Mousetrap, Mice
6 January 2011
Warning: Spoilers
I'm a sucker for folded, reflexive and referential narrative, and especially so when built on Carroll or Shakespeare. So take this comment in that spirit. You will probably find this movie juvenile, but there are some clever things going on.

The overall shape is based on the play and not on people or romance. Each performance of Hamlet in this world is a reincarnation of a complex being at war with itself. Over thousands of performances, it tries to resolve its inner conflicts, sometimes going back. There is a complex secondary karma as these performances sweep up the actors and sometimes the audience, "infecting" them with energetic plasma.

To negotiate this story, we enter through the eyes of a potential savior, each intelligent director being the next fresh soul to attempt to bring order to the play. His life has its own dramas and the players and situations in his life fold into the play. Tensions involve sex, death, blood, being. It springs from Stoppard as much as from Shakespeare.

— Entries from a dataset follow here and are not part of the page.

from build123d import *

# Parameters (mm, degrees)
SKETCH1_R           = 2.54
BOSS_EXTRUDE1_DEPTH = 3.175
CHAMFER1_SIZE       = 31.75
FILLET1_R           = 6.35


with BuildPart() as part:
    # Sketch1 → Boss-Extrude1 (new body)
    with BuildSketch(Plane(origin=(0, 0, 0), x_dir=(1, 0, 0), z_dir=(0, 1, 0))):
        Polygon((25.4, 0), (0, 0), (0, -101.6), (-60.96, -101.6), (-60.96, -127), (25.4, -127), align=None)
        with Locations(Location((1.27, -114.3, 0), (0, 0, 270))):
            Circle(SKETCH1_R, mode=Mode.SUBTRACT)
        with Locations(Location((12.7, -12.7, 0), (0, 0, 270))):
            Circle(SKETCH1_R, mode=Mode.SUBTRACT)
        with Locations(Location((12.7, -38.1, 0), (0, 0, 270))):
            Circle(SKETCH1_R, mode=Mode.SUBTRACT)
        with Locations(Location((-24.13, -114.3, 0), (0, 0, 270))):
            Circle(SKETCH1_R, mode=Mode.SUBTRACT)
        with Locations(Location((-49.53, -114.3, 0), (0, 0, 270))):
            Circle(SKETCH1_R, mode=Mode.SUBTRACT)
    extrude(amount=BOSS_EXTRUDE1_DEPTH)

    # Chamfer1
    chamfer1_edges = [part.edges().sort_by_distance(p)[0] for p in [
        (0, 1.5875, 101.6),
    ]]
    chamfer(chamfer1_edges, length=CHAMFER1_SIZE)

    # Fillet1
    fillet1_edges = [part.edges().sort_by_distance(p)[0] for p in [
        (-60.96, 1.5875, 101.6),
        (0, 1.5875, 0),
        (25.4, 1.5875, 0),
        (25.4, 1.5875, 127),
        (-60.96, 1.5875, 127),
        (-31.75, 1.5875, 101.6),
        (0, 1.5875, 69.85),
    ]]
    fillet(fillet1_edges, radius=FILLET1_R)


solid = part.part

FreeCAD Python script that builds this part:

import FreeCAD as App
import Part
import Sketcher
Q = App.Units.Quantity


def edges_at(feature, points):
    """Names of the edges that pass closest to the given points."""
    edges = feature.Shape.Edges
    near = lambda p: min(range(len(edges)), key=lambda i: edges[i].distToShape(Part.Vertex(*p))[0])
    return sorted({f"Edge{near(p) + 1}" for p in points})


def add_polygon(sketch, points):
    """Adds a closed chain of lines whose ends are joined by coincident constraints."""
    first, n = sketch.GeometryCount, len(points)
    for a, b in zip(points, points[1:] + points[:1]):
        sketch.addGeometry(Part.LineSegment(App.Vector(*a, 0), App.Vector(*b, 0)), False)
    for i in range(n):
        sketch.addConstraint(Sketcher.Constraint("Coincident", first + i, 2, first + (i + 1) % n, 1))

doc = App.newDocument("Part")
params = doc.addObject("Spreadsheet::Sheet", "Params")
for row, (alias, value) in enumerate([
    ("sketch1_diameter", "0.2 in"),
    ("sketch1_width", "1 in"),
    ("sketch1_height", "4 in"),
    ("sketch1_width2", "2.4 in"),
    ("pad1_length", "0.125 in"),
    ("chamfer_size", "1.25 in"),
    ("fillet_radius", "0.25 in"),
], start=1):
    params.set(f"A{row}", alias)
    params.set(f"B{row}", "=" + value)
    params.setAlias(f"B{row}", alias)

body = doc.addObject("PartDesign::Body", "Body")

sketch1 = doc.addObject("Sketcher::SketchObject", "Sketch")
body.addObject(sketch1)
sketch1.AttachmentSupport = (doc.XZ_Plane, [""])
sketch1.MapMode = "FlatFace"
add_polygon(sketch1, [(25.4, 0), (0, 0), (0, 101.6), (-61, 101.6), (-61, 127), (25.4, 127)])
sketch1.addGeometry(Part.Circle(App.Vector(-49.5, 114.3, 0), App.Vector(0, 0, 1), 2.5), False)
sketch1.addGeometry(Part.Circle(App.Vector(-24.1, 114.3, 0), App.Vector(0, 0, 1), 2.5), False)
sketch1.addGeometry(Part.Circle(App.Vector(1.3, 114.3, 0), App.Vector(0, 0, 1), 2.5), False)
sketch1.addGeometry(Part.Circle(App.Vector(12.7, 38.1, 0), App.Vector(0, 0, 1), 2.5), False)
sketch1.addGeometry(Part.Circle(App.Vector(12.7, 12.7, 0), App.Vector(0, 0, 1), 2.5), False)
sketch1.addConstraint(Sketcher.Constraint("Horizontal", 0))
sketch1.addConstraint(Sketcher.Constraint("Vertical", 1))
sketch1.addConstraint(Sketcher.Constraint("Horizontal", 2))
sketch1.addConstraint(Sketcher.Constraint("Vertical", 3))
sketch1.addConstraint(Sketcher.Constraint("Horizontal", 4))
sketch1.addConstraint(Sketcher.Constraint("Vertical", 5))
sketch1.addConstraint(Sketcher.Constraint("Coincident", 0, 2, -1, 1))
sketch1.addConstraint(Sketcher.Constraint("Equal", 6, 7))
sketch1.addConstraint(Sketcher.Constraint("Equal", 7, 8))
sketch1.addConstraint(Sketcher.Constraint("Equal", 8, 9))
sketch1.addConstraint(Sketcher.Constraint("Equal", 9, 10))
sketch1.addConstraint(Sketcher.Constraint("Horizontal", 6, 3, 7, 3))
sketch1.addConstraint(Sketcher.Constraint("Horizontal", 7, 3, 8, 3))
sketch1.addConstraint(Sketcher.Constraint("Vertical", 9, 3, 10, 3))
sketch1.addConstraint(Sketcher.Constraint("Equal", 0, 3))
sketch1.addConstraint(Sketcher.Constraint("Diameter", 6, Q("0.2 in")))
sketch1.addConstraint(Sketcher.Constraint("DistanceX", 0, 2, 0, 1, Q("1 in")))
sketch1.addConstraint(Sketcher.Constraint("DistanceY", 1, 1, 1, 2, Q("4 in")))
sketch1.addConstraint(Sketcher.Constraint("DistanceX", 2, 2, 2, 1, Q("2.4 in")))
sketch1.addConstraint(Sketcher.Constraint("DistanceX", 6, 3, 7, 3, Q("1 in")))
sketch1.addConstraint(Sketcher.Constraint("DistanceX", 7, 3, 8, 3, Q("1 in")))
sketch1.addConstraint(Sketcher.Constraint("DistanceY", 9, 3, 8, 3, Q("3 in")))
sketch1.addConstraint(Sketcher.Constraint("DistanceY", 10, 3, 9, 3, Q("1 in")))
sketch1.addConstraint(Sketcher.Constraint("DistanceY", -1, 1, 6, 3, Q("4.5 in")))
sketch1.addConstraint(Sketcher.Constraint("DistanceX", -1, 1, 9, 3, Q("0.5 in")))
sketch1.addConstraint(Sketcher.Constraint("DistanceX", 6, 3, -1, 1, Q("1.95 in")))
sketch1.setExpression("Constraints[21]", "Params.sketch1_diameter")
sketch1.setExpression("Constraints[22]", "Params.sketch1_width")
sketch1.setExpression("Constraints[23]", "Params.sketch1_height")
sketch1.setExpression("Constraints[24]", "Params.sketch1_width2")
pad1 = doc.addObject("PartDesign::Pad", "Pad")
body.addObject(pad1)
pad1.Profile = sketch1
pad1.setExpression("Length", "Params.pad1_length")
pad1.Reversed = True
doc.recompute()

chamfer = doc.addObject("PartDesign::Chamfer", "Chamfer")
body.addObject(chamfer)
chamfer.Base = (pad1, edges_at(pad1, [(0, 1.587, 101.6)]))
chamfer.setExpression("Size", "Params.chamfer_size")
doc.recompute()

fillet = doc.addObject("PartDesign::Fillet", "Fillet")
body.addObject(fillet)
fillet.Base = (chamfer, edges_at(chamfer, [
    (-60.96, 1.587, 101.6),
    (0, 1.587, 0),
    (25.4, 1.587, 0),
    (25.4, 1.587, 127),
    (-60.96, 1.587, 127),
    (-31.75, 1.587, 101.6),
    (0, 1.587, 69.85),
]))
fillet.setExpression("Radius", "Params.fillet_radius")

doc.recompute()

So far so good, a standard Hamlet.

The key participants are the sons of John Lennon and Dustin Hoffman. They have no idea what is going on, none. There are some women, and some attempt to weave a universal female around Ophelia, but she is played by a talentless model. Everyone involved in the actual staging of this play decided to pretend to be inept so as to hide their ineptness.

Good stuff spoiled. We could have had a "Shadow of the Vampire" crossed with "Tampopo." What we have instead is unwatchable, except for the first few moments with Bijou Philips in a fairy costume. The camera loves her.

Ted's Evaluation -- 1 of 3: You can find something better to do with this part of your life.